УНИАН: Гарри Кимович, несколько дней назад президент РФ Владимир Путин озвучил послание к российскому Федеральному собранию. У вас не сложилось впечатление, что эта речь была отнюдь не для граждан России, так как большая часть этого и других своих выступлений у Путина, так или иначе, посвящена Украине…
Гарри Каспаров: На самом деле, подобные заявления Путина, то, о чем он много лет говорил и говорит, лучше всего демонстрируют его менталитет. Дело в том, что все его слова, мол, Украина — это недогосударство, какое-то буферное образование, не способное ничего решать без России, сводятся к тому, что он не может допустить мысли об Украине как самостоятельной державе. Мысль о том, что Украина — независимая геополитическая единица, которая может в процессе свободного волеизъявления людей выбрать путь, который не нравится Москве, не вмещается в систему координат Путина, сложившуюся у него в голове.

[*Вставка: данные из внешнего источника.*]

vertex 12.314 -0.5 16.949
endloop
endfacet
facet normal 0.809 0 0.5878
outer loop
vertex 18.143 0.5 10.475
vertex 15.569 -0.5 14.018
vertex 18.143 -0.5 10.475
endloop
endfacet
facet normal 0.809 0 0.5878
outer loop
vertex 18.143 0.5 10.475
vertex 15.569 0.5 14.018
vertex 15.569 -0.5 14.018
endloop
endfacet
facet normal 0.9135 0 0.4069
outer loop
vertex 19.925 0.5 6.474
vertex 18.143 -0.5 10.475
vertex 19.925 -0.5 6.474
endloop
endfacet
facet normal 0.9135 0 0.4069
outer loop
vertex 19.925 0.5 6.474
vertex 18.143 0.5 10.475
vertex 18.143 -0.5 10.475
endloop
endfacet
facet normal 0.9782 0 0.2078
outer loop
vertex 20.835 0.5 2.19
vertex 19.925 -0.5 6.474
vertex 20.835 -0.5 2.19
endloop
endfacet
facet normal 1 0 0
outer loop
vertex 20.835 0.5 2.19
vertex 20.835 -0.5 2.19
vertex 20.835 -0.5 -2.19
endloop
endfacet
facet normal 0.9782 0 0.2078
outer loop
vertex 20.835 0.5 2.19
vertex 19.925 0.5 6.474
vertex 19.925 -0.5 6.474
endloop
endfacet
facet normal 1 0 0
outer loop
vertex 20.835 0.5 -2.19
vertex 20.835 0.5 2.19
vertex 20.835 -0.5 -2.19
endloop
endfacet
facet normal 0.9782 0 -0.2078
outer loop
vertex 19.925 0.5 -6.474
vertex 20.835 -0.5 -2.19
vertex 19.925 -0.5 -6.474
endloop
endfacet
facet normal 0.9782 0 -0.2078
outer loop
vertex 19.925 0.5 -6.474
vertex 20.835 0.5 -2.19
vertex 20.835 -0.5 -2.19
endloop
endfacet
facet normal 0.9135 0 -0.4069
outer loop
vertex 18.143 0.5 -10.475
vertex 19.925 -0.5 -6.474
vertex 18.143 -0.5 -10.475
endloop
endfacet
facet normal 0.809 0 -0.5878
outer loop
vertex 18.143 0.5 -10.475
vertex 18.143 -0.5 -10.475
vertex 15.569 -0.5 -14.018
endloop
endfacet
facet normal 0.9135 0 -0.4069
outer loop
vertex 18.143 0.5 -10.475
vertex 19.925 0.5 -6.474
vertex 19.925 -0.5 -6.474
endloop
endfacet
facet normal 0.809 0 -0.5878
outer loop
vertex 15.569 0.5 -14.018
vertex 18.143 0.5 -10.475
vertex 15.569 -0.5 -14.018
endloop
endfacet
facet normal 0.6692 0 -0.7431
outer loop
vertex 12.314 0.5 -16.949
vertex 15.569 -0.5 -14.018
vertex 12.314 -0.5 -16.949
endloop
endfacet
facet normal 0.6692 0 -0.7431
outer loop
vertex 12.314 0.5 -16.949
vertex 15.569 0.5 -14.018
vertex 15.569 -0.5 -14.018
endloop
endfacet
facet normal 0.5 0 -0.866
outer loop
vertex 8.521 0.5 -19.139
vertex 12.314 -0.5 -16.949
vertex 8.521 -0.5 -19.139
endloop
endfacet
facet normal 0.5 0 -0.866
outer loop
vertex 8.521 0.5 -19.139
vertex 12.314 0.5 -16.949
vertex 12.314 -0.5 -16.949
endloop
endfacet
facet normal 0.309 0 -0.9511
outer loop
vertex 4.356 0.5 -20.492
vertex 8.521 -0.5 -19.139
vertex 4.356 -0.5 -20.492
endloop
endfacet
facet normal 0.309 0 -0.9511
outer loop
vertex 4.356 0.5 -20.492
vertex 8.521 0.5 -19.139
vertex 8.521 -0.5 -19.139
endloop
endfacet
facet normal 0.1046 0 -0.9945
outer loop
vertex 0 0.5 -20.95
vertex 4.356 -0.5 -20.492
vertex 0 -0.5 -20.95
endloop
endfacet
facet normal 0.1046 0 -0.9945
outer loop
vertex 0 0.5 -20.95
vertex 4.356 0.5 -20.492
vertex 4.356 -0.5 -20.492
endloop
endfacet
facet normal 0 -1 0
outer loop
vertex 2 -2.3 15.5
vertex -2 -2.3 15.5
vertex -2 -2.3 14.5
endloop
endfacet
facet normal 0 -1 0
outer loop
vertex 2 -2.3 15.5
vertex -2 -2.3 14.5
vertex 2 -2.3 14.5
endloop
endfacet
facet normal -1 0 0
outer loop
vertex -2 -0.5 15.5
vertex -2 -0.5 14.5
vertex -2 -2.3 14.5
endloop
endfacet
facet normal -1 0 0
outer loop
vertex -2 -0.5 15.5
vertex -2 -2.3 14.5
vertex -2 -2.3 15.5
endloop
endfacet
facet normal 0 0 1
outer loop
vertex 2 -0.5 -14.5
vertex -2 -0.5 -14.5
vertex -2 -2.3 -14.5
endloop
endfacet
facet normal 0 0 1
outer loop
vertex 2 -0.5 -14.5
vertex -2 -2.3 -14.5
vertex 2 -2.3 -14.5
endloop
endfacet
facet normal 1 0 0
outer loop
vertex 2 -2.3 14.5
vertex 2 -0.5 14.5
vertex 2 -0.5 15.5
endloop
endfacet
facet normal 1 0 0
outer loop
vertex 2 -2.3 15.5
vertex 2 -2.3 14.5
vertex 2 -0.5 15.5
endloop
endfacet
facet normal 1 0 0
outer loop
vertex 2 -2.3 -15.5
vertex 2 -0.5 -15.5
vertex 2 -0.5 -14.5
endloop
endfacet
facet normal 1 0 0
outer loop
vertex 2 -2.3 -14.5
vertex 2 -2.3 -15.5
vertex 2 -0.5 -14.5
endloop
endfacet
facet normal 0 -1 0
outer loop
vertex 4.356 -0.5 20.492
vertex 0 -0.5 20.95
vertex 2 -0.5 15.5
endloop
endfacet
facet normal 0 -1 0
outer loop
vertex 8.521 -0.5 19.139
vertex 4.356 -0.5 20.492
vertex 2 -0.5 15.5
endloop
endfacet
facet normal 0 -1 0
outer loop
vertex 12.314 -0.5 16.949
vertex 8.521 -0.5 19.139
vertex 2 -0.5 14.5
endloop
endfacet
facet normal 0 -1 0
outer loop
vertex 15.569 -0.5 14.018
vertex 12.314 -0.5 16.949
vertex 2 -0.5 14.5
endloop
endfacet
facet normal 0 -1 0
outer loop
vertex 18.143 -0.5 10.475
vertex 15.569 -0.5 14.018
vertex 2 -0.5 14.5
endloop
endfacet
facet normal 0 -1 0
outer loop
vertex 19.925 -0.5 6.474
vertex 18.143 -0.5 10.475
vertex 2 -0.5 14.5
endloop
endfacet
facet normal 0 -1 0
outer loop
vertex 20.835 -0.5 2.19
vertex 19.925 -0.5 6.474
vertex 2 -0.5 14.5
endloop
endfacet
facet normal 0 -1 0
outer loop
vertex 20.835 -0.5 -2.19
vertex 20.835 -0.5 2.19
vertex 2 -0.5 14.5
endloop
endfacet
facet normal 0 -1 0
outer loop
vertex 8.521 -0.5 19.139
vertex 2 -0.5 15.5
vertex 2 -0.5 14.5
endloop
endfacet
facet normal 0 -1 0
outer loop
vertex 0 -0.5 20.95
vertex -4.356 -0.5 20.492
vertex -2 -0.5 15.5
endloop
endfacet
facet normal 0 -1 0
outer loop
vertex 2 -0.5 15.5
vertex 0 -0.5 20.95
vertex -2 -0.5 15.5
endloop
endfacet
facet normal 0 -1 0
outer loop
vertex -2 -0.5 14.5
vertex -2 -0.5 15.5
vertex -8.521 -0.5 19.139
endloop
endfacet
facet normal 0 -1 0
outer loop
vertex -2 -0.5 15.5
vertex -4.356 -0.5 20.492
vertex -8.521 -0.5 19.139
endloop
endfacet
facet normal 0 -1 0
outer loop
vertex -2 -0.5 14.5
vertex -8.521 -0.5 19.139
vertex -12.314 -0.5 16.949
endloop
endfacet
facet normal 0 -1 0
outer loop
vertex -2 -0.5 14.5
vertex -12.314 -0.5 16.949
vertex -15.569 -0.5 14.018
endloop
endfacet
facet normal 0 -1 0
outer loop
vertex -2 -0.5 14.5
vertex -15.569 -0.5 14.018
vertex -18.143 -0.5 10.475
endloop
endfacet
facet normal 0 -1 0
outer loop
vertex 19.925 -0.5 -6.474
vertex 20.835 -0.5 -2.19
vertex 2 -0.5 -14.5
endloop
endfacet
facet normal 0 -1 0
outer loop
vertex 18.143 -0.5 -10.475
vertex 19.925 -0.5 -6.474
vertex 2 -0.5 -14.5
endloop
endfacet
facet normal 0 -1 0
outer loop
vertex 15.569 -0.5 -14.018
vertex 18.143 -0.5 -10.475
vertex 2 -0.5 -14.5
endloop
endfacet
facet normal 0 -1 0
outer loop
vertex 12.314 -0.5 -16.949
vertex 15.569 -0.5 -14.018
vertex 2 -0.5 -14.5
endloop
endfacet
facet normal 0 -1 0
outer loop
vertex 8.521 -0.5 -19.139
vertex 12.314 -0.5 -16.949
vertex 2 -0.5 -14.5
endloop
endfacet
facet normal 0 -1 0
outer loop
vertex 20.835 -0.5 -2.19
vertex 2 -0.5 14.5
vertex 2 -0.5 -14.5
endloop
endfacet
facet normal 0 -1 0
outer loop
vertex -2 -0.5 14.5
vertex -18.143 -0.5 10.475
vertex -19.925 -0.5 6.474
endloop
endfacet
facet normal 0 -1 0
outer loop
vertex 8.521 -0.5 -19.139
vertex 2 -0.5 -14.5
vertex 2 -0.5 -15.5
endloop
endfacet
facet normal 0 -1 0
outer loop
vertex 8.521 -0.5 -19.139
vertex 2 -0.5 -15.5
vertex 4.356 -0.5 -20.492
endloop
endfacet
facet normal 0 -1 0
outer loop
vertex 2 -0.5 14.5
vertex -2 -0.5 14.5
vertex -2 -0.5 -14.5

Гегемония Российской Федерации на постсоветском пространстве для Путина некая не столько реальность, сколько историческая необходимость, так как картина этого пространства для него — кремлецентрична. И те, кто говорит, что Украина, Грузия или Молдавия вправе выбирать собственный путь, покушаются на его картину мира. Поэтому любая попытка сказать ему, что в мире существует много других геополитических центров, воспринимается Путиным как опасная ересь.
— Но такую риторику он использует не только по отношению к Украине, Молдове или Грузии. Нечто подобное ранее звучало и в адрес лояльных России союзников, к примеру, Болгарии, или в сторону Казахстана…
— Дело в том, что друзья и союзники — это категории демократических стран, в которых происходит смена власти. Отношения же между диктаторами не измеряются категориями «друзья» или «союзники». Конечно, Путин и Назарбаев сегодня вместе. Но очевидно, что Казахстан является потенциальной жертвой. То есть, сегодняшняя «дружба» с Назарбаевым вовсе не означает, что завтра Путин не нападет и не отберет Северный Казахстан. Грубо говоря, если это ему потребуется для укрепления собственной власти, он это сделает.
— Зачем же укреплять свою власть такими способами, если поддержка действующего президента в России и так зашкаливает?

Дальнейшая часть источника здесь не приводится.